Hey Jay and Kirt, coming to this comp is uh... overrated <3


----------



## RCTACameron (Mar 14, 2014)

Tim Major said:


> Hey Jay and Kirt, coming to this comp is uh... overrated <3



Exactly, I'd love to have Battle of the Melbourne People who aren't Faz 2014


----------



## ShadowCuber (Apr 22, 2014)

Is there any possible way to register and join the comp i just found out that there is 1 on and it is 5 min drive from house, btw still haven't attended my first comp, but how is everyone.


----------



## Dene (Apr 23, 2014)

ShadowCuber said:


> Is there any possible way to register and join the comp i just found out that there is 1 on and it is 5 min drive from house, btw still haven't attended my first comp, but how is everyone.

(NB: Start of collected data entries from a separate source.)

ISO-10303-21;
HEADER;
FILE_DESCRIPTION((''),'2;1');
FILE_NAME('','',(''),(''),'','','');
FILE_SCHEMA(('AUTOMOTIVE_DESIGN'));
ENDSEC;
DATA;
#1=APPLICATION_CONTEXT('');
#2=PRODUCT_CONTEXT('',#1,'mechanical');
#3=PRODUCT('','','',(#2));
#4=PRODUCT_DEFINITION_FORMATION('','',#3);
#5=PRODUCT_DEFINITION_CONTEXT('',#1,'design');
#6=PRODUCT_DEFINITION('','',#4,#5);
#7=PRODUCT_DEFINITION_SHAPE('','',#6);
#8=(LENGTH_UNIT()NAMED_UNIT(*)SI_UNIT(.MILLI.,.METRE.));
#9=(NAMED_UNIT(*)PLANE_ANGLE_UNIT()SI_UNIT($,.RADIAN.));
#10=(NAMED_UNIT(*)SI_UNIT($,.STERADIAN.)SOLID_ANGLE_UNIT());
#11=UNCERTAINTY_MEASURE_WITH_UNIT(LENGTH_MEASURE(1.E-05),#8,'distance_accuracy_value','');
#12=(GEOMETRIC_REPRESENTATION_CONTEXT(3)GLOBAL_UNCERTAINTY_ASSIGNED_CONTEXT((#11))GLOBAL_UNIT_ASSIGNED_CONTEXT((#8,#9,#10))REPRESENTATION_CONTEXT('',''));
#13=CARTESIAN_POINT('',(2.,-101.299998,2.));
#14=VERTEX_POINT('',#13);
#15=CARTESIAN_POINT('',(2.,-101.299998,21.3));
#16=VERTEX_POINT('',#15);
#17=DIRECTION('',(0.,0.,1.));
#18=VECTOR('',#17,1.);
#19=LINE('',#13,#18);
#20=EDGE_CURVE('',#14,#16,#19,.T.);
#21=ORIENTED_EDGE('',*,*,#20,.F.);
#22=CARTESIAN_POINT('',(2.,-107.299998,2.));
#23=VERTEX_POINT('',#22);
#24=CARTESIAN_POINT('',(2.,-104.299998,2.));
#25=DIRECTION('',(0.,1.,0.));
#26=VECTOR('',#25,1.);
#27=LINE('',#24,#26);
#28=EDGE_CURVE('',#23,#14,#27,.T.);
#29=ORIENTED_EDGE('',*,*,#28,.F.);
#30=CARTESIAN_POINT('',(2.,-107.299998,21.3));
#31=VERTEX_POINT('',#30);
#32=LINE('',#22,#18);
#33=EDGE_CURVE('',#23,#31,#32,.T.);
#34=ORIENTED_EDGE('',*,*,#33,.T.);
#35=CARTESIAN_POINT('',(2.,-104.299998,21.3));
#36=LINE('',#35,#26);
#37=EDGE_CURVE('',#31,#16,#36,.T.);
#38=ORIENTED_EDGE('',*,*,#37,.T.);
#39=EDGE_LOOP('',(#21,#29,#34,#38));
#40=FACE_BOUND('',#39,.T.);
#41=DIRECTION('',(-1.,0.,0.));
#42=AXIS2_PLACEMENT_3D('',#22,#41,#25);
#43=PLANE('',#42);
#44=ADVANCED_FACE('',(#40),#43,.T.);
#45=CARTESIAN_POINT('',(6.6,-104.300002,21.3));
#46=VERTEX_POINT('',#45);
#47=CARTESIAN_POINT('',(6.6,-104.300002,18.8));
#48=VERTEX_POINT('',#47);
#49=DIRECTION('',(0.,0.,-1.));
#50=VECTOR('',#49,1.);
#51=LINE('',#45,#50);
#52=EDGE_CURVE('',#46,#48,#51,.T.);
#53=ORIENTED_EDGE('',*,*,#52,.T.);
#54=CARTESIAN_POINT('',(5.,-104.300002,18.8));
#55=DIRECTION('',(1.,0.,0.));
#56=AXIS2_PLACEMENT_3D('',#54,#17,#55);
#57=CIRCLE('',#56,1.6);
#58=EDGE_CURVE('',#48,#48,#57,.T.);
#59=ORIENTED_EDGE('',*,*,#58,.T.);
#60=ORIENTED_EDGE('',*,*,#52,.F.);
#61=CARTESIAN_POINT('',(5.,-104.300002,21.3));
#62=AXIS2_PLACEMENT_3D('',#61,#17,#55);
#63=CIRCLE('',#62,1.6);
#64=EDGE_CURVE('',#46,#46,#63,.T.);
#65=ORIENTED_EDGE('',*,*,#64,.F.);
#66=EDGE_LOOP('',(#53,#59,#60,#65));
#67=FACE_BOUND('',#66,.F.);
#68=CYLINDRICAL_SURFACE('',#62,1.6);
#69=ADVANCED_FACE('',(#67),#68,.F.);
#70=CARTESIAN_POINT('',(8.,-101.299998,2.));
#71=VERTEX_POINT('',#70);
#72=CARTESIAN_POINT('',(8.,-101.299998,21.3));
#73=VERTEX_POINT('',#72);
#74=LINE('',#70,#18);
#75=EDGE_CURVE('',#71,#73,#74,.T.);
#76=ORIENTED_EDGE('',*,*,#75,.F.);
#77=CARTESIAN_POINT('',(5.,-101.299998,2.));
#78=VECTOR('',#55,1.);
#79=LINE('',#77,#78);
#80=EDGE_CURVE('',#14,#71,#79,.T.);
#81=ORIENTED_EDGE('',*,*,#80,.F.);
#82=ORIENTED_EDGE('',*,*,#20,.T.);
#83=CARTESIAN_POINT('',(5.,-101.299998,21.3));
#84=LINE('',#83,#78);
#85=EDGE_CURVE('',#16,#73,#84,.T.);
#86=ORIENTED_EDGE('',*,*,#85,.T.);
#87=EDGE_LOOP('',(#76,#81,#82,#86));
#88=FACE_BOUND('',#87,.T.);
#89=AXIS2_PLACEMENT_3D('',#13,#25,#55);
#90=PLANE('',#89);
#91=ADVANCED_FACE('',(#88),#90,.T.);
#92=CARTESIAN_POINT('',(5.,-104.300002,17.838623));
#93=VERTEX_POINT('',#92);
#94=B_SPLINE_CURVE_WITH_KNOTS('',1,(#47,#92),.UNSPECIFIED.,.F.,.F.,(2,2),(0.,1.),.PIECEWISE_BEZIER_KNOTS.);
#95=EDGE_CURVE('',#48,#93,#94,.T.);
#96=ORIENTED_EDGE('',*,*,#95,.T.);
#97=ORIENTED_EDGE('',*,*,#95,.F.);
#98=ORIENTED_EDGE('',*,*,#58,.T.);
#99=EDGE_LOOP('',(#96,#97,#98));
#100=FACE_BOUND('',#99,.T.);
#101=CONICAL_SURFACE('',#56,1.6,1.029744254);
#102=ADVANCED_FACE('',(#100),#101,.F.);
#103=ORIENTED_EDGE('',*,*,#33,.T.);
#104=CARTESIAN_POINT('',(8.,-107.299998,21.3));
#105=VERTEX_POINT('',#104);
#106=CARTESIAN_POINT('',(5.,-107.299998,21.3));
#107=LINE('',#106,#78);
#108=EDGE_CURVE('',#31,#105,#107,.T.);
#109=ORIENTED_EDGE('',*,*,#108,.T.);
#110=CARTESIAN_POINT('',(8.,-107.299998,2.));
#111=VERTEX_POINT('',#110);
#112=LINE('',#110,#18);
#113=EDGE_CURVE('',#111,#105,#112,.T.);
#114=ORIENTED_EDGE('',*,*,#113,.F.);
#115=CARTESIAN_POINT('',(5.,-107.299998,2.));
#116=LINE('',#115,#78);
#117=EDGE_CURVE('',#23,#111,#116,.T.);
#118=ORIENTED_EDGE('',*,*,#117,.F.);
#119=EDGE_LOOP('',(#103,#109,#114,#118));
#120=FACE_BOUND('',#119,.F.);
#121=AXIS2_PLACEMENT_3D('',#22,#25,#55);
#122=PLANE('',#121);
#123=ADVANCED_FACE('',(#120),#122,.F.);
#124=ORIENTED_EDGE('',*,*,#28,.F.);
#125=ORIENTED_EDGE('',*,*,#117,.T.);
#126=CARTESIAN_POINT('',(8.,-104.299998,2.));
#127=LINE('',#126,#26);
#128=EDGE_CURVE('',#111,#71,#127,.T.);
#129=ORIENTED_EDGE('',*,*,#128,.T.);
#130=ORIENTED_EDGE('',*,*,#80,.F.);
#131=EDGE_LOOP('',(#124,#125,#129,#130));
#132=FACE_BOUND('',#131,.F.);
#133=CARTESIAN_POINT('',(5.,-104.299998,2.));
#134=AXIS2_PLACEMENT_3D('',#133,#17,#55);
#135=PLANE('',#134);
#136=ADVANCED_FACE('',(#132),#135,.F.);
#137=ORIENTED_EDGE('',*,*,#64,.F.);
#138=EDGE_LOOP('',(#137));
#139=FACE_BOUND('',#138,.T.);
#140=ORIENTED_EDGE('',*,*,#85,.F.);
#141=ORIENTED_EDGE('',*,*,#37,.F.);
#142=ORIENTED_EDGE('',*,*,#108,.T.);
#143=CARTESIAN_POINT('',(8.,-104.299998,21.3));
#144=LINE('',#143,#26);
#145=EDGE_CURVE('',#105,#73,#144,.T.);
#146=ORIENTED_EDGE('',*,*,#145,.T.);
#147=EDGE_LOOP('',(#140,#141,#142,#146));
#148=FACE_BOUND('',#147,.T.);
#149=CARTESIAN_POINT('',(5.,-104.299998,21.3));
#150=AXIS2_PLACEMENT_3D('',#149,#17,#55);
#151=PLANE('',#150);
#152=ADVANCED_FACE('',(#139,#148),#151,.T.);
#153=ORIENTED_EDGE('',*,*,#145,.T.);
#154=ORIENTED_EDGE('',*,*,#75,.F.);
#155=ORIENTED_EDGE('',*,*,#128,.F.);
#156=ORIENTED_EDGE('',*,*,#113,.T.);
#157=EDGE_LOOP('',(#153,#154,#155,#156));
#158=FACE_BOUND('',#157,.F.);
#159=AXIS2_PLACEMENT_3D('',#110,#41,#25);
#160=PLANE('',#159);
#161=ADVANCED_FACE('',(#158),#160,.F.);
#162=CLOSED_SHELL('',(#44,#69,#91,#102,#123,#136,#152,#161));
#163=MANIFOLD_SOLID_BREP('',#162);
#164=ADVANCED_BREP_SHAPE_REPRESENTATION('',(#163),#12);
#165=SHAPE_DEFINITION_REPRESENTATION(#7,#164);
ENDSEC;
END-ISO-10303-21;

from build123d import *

# Parameters (mm, degrees)
SKETCH095_W      = 6
SKETCH095_H      = 6
EXTRUDE033_DEPTH = 19.3
SKETCH096_R      = 1.6
HOLE019_DEPTH    = 2.5
HOLE019_TIPS_R   = 1.6


with BuildPart() as part:
    # Sketch095 (on Face6 of BaseFeature009) → Extrude033 (new body)
    with BuildSketch(Plane.XY.offset(2)):
        with Locations((5, -104.299998)):
            Rectangle(SKETCH095_W, SKETCH095_H)
    extrude(amount=EXTRUDE033_DEPTH)

    # Sketch096 (on Face6 of Extrude033) → Hole019 (cut)
    with BuildSketch(Plane.XY.offset(21.3)):
        with Locations((5, -104.300002)):
            Circle(SKETCH096_R)
    extrude(amount=-HOLE019_DEPTH, mode=Mode.SUBTRACT)

    # Hole019 tips → Hole019 tip 1 section 0
    with BuildSketch(Plane.XY.offset(18.8), mode=Mode.PRIVATE) as hole019_tip_1_s0:
        with Locations((5, -104.300002)):
            Circle(HOLE019_TIPS_R)
    loft([hole019_tip_1_s0.sketch, Vertex(5, -104.300002, 17.838623)], mode=Mode.SUBTRACT)


solid = part.part
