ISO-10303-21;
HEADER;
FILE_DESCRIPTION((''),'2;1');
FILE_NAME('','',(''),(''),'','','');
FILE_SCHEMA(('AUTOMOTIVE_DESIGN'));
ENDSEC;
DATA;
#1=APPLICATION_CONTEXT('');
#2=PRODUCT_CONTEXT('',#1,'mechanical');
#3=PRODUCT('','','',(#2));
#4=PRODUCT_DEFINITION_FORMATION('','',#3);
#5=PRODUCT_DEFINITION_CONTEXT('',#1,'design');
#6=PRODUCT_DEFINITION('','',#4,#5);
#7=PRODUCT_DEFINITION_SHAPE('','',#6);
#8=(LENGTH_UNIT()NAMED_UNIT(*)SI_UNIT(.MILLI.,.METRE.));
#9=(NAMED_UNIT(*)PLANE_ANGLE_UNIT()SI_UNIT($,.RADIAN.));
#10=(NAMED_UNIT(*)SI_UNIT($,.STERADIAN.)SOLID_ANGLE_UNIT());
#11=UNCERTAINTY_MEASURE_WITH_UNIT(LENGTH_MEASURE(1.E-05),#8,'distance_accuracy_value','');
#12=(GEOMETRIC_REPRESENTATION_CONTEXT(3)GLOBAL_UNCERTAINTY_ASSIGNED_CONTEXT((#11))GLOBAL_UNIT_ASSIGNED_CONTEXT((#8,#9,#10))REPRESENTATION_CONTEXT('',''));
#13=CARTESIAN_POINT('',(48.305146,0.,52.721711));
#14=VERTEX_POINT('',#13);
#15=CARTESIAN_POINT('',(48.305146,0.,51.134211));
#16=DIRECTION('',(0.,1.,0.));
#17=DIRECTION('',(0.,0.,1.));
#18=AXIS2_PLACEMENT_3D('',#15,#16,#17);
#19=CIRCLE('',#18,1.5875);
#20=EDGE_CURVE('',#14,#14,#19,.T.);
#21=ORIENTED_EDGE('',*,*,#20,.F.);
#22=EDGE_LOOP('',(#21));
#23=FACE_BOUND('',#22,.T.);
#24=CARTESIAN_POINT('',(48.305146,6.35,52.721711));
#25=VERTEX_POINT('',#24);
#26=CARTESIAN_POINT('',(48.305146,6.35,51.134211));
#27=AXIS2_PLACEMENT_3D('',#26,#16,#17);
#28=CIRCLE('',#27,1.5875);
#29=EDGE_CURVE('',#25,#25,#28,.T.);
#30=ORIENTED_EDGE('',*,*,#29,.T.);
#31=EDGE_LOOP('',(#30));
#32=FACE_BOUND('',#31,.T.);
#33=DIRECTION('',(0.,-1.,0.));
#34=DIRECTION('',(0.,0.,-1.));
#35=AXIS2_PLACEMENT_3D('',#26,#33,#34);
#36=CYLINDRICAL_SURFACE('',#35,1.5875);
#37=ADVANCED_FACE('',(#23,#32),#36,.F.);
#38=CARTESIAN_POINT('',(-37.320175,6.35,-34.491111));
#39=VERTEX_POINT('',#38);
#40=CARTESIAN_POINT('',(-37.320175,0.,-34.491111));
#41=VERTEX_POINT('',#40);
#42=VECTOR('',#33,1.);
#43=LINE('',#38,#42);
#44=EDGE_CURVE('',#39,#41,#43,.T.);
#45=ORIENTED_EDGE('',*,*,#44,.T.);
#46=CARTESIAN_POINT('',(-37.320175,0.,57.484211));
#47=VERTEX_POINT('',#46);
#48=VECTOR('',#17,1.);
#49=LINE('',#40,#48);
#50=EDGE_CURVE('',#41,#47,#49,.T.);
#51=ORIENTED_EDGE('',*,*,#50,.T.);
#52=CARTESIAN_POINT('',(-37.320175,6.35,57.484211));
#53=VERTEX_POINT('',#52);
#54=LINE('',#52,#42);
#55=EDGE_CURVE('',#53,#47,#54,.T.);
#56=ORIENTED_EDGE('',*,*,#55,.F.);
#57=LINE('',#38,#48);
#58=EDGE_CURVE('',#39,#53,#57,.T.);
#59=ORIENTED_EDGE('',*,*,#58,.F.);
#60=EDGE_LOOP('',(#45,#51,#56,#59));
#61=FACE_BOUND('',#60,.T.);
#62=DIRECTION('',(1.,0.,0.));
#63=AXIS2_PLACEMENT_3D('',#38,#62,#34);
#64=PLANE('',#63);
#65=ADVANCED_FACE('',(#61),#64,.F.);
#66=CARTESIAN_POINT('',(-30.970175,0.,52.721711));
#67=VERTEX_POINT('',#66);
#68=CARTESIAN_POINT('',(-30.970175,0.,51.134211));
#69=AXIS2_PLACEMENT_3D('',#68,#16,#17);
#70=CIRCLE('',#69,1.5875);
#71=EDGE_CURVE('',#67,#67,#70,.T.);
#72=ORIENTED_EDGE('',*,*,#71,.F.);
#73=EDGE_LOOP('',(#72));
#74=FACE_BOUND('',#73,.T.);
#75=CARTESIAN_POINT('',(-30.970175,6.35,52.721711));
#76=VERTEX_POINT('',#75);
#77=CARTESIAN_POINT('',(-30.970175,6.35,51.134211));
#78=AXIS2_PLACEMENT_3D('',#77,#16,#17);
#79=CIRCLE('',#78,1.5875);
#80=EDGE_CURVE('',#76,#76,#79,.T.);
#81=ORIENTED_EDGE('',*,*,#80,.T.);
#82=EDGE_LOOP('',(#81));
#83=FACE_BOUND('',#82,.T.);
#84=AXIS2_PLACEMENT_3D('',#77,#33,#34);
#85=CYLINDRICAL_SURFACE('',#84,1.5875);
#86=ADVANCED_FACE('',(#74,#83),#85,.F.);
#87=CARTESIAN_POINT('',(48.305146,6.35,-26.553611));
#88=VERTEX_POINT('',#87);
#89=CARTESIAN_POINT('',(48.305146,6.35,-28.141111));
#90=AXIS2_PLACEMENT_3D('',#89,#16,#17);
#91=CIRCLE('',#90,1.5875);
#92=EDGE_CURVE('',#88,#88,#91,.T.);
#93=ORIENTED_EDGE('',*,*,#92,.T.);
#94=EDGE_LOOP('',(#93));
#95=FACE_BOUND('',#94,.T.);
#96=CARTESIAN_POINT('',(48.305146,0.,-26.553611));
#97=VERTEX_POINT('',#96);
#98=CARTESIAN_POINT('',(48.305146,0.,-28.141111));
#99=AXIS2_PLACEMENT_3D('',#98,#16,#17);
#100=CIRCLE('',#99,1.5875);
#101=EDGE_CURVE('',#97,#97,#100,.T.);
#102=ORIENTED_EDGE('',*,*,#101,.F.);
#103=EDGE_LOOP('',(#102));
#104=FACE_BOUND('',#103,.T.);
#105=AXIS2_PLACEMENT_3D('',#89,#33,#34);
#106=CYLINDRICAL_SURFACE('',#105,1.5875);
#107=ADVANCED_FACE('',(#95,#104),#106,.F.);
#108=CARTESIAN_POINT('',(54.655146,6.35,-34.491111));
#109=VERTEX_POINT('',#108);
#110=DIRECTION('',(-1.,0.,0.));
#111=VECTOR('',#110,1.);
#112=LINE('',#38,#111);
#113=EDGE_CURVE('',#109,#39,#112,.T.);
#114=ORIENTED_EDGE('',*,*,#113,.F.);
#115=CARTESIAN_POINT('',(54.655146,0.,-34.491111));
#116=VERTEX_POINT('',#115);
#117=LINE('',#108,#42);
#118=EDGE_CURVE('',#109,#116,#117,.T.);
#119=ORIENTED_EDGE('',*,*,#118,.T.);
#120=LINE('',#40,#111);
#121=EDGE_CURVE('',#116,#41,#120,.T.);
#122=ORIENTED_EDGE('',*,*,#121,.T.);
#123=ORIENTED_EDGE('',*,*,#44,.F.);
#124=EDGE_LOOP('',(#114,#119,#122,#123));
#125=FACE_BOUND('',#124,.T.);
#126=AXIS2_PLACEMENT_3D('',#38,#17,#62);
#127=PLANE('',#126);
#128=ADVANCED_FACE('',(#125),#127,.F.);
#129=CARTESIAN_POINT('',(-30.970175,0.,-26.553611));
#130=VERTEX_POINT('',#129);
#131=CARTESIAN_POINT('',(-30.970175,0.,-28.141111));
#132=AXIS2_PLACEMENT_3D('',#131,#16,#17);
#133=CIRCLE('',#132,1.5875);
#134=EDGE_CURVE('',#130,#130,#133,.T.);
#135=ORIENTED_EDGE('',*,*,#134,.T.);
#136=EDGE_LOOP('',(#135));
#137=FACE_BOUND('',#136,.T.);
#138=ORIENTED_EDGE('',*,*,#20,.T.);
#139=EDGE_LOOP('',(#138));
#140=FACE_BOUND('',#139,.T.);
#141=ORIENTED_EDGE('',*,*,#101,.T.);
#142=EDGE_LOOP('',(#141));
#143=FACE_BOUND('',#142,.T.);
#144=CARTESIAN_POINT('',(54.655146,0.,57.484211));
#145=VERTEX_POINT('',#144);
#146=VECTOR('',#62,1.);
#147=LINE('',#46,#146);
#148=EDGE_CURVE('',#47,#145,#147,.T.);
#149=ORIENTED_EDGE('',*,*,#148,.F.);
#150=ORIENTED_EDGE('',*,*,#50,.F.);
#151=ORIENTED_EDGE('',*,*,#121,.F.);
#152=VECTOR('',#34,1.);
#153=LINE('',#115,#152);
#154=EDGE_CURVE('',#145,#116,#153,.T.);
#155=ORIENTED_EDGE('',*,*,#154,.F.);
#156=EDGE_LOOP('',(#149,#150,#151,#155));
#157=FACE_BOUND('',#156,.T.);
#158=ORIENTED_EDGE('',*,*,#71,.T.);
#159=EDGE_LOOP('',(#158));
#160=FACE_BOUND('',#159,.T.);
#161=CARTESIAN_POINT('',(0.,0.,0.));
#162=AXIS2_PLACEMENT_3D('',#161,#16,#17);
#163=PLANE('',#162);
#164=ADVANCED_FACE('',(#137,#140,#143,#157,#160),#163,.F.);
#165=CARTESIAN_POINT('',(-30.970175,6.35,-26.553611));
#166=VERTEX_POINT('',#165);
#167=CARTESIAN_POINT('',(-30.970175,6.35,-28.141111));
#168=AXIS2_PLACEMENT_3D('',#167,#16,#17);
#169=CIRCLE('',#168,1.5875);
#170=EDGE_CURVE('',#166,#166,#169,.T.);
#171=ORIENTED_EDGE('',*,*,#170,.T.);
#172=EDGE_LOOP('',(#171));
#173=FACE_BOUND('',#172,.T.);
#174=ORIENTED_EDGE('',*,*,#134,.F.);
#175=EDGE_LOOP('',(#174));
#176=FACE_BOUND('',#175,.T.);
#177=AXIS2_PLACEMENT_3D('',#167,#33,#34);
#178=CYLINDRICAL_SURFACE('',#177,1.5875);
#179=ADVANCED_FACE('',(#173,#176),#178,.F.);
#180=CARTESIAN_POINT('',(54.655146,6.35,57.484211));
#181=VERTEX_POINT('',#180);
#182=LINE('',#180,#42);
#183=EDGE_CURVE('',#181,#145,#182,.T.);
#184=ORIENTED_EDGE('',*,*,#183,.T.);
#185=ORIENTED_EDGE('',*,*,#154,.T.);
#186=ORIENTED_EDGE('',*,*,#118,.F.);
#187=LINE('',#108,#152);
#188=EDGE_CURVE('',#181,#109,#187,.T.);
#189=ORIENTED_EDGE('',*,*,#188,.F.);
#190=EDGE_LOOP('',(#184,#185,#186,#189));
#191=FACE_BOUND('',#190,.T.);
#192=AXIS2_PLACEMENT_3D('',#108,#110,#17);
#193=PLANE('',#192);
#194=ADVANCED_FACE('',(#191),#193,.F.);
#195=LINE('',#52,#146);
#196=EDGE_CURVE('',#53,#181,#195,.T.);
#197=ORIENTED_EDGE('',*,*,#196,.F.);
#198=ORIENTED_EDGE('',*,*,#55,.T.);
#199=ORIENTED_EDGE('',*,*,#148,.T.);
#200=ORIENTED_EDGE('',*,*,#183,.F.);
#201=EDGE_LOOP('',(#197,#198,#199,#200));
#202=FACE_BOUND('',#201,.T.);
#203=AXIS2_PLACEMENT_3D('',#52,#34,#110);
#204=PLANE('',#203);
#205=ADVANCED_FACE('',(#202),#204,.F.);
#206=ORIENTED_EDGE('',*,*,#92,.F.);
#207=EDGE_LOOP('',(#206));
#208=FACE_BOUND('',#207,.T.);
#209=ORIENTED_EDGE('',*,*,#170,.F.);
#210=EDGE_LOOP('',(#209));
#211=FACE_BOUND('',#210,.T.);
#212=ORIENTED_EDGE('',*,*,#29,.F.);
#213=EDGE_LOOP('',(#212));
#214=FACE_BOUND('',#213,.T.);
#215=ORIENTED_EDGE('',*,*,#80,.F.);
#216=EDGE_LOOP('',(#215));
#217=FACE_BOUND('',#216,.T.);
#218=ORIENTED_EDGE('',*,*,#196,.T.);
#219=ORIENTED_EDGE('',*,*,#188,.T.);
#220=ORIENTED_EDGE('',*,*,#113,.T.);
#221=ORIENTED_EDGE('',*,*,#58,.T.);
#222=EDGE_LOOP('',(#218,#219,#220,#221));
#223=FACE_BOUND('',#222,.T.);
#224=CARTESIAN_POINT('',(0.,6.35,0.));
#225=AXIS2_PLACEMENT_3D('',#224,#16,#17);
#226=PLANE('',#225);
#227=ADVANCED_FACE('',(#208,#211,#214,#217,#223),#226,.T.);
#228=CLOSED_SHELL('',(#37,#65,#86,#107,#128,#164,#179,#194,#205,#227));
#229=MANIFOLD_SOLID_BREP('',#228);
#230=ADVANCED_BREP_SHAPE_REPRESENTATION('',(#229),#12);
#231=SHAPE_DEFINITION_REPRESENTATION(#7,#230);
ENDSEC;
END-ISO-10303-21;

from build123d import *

# Parameters (mm, degrees)
SKETCH1_W           = 91.975321777
SKETCH1_H           = 91.975321776
SKETCH1_R           = 1.5875
BOSS_EXTRUDE1_DEPTH = 6.35


with BuildPart() as part:
    # Sketch1 → Boss-Extrude1 (new body)
    with BuildSketch(Plane(origin=(0, 0, 0), x_dir=(1, 0, 0), z_dir=(0, 1, 0))):
        with Locations((8.667485449, -11.496549638)):
            Rectangle(SKETCH1_W, SKETCH1_H)
        with Locations((-30.970175439, 28.14111125)):
            Circle(SKETCH1_R, mode=Mode.SUBTRACT)
        with Locations((48.305146338, 28.14111125)):
            Circle(SKETCH1_R, mode=Mode.SUBTRACT)
        with Locations((-30.970175439, -51.134210526)):
            Circle(SKETCH1_R, mode=Mode.SUBTRACT)
        with Locations((48.305146338, -51.134210526)):
            Circle(SKETCH1_R, mode=Mode.SUBTRACT)
    extrude(amount=BOSS_EXTRUDE1_DEPTH)


solid = part.part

You could try e-mailing Tim, but we put a limit on the competitor number because of space limitations. If someone else pulls out you might be able to take their place, but it's only fair if we do that first in first served.


----------



## Jones (Jun 29, 2014)

What's the chances on BLD being an event?


----------



## TimMc (Jun 29, 2014)

I'll try to put a schedule up sometime next week.

Tim.


----------



## TimMc (Jul 6, 2014)

The first schedule is up:
http://www.speedcubing.com.au/LifestyleSeasonsWinter2014/schedule/

Thanks Dene <3

Tim.


----------



## Tim Major (Jul 6, 2014)

Maybe I should aim for sub 1:26 at 3BLD... didn't realise it was going to be at this comp. All I've been practising is Skewb, and you included it in the schedule! ILY DENE


----------



## Eleanor (Jul 21, 2014)

I don't think I will be able to go to this comp either, because I don't have a way of getting there and have another thing on the same day. I hope everyone has fun though


----------



## ShadowCuber (Jul 29, 2014)

Hi Tim would I be allowed to take Eleanor's position in the comp?


----------



## CyanSandwich (Jul 29, 2014)

Tim Major said:


> Maybe I should aim for sub 1:26 at 3BLD... didn't realise it was going to be at this comp. All I've been practising is Skewb, and you included it in the schedule! ILY DENE


Give me something to beat


----------



## Tim Major (Jul 29, 2014)

CyanSandwich said:


> Give me something to beat



I might drop out, haven't done any BLD since last comp and too tired and sore at the moment. Maybe I'll do some Friday


----------



## Tim Major (Jul 30, 2014)

http://www.speedsolving.com/forum/s...in-Melbourne&p=1002305&viewfull=1#post1002305

Meetup Friday in city children


----------



## SolveThatCube (Aug 2, 2014)

Jayden got Skewb OcR single and avg: 5.33, (6.55), 4.78, [3.22], 5.34 = [5.15]
http://cubecomps.com/live.php?cid=546&cat=20&rnd=1


----------



## Tim Major (Aug 2, 2014)

Alex Chen 6.94 average when he averages 9-10, him and Jay same group.

My group's last scramble was 2 move layer, hedge-> y2-> sledge yet I got 5.9 so could've had 3s single and a low 6 average


----------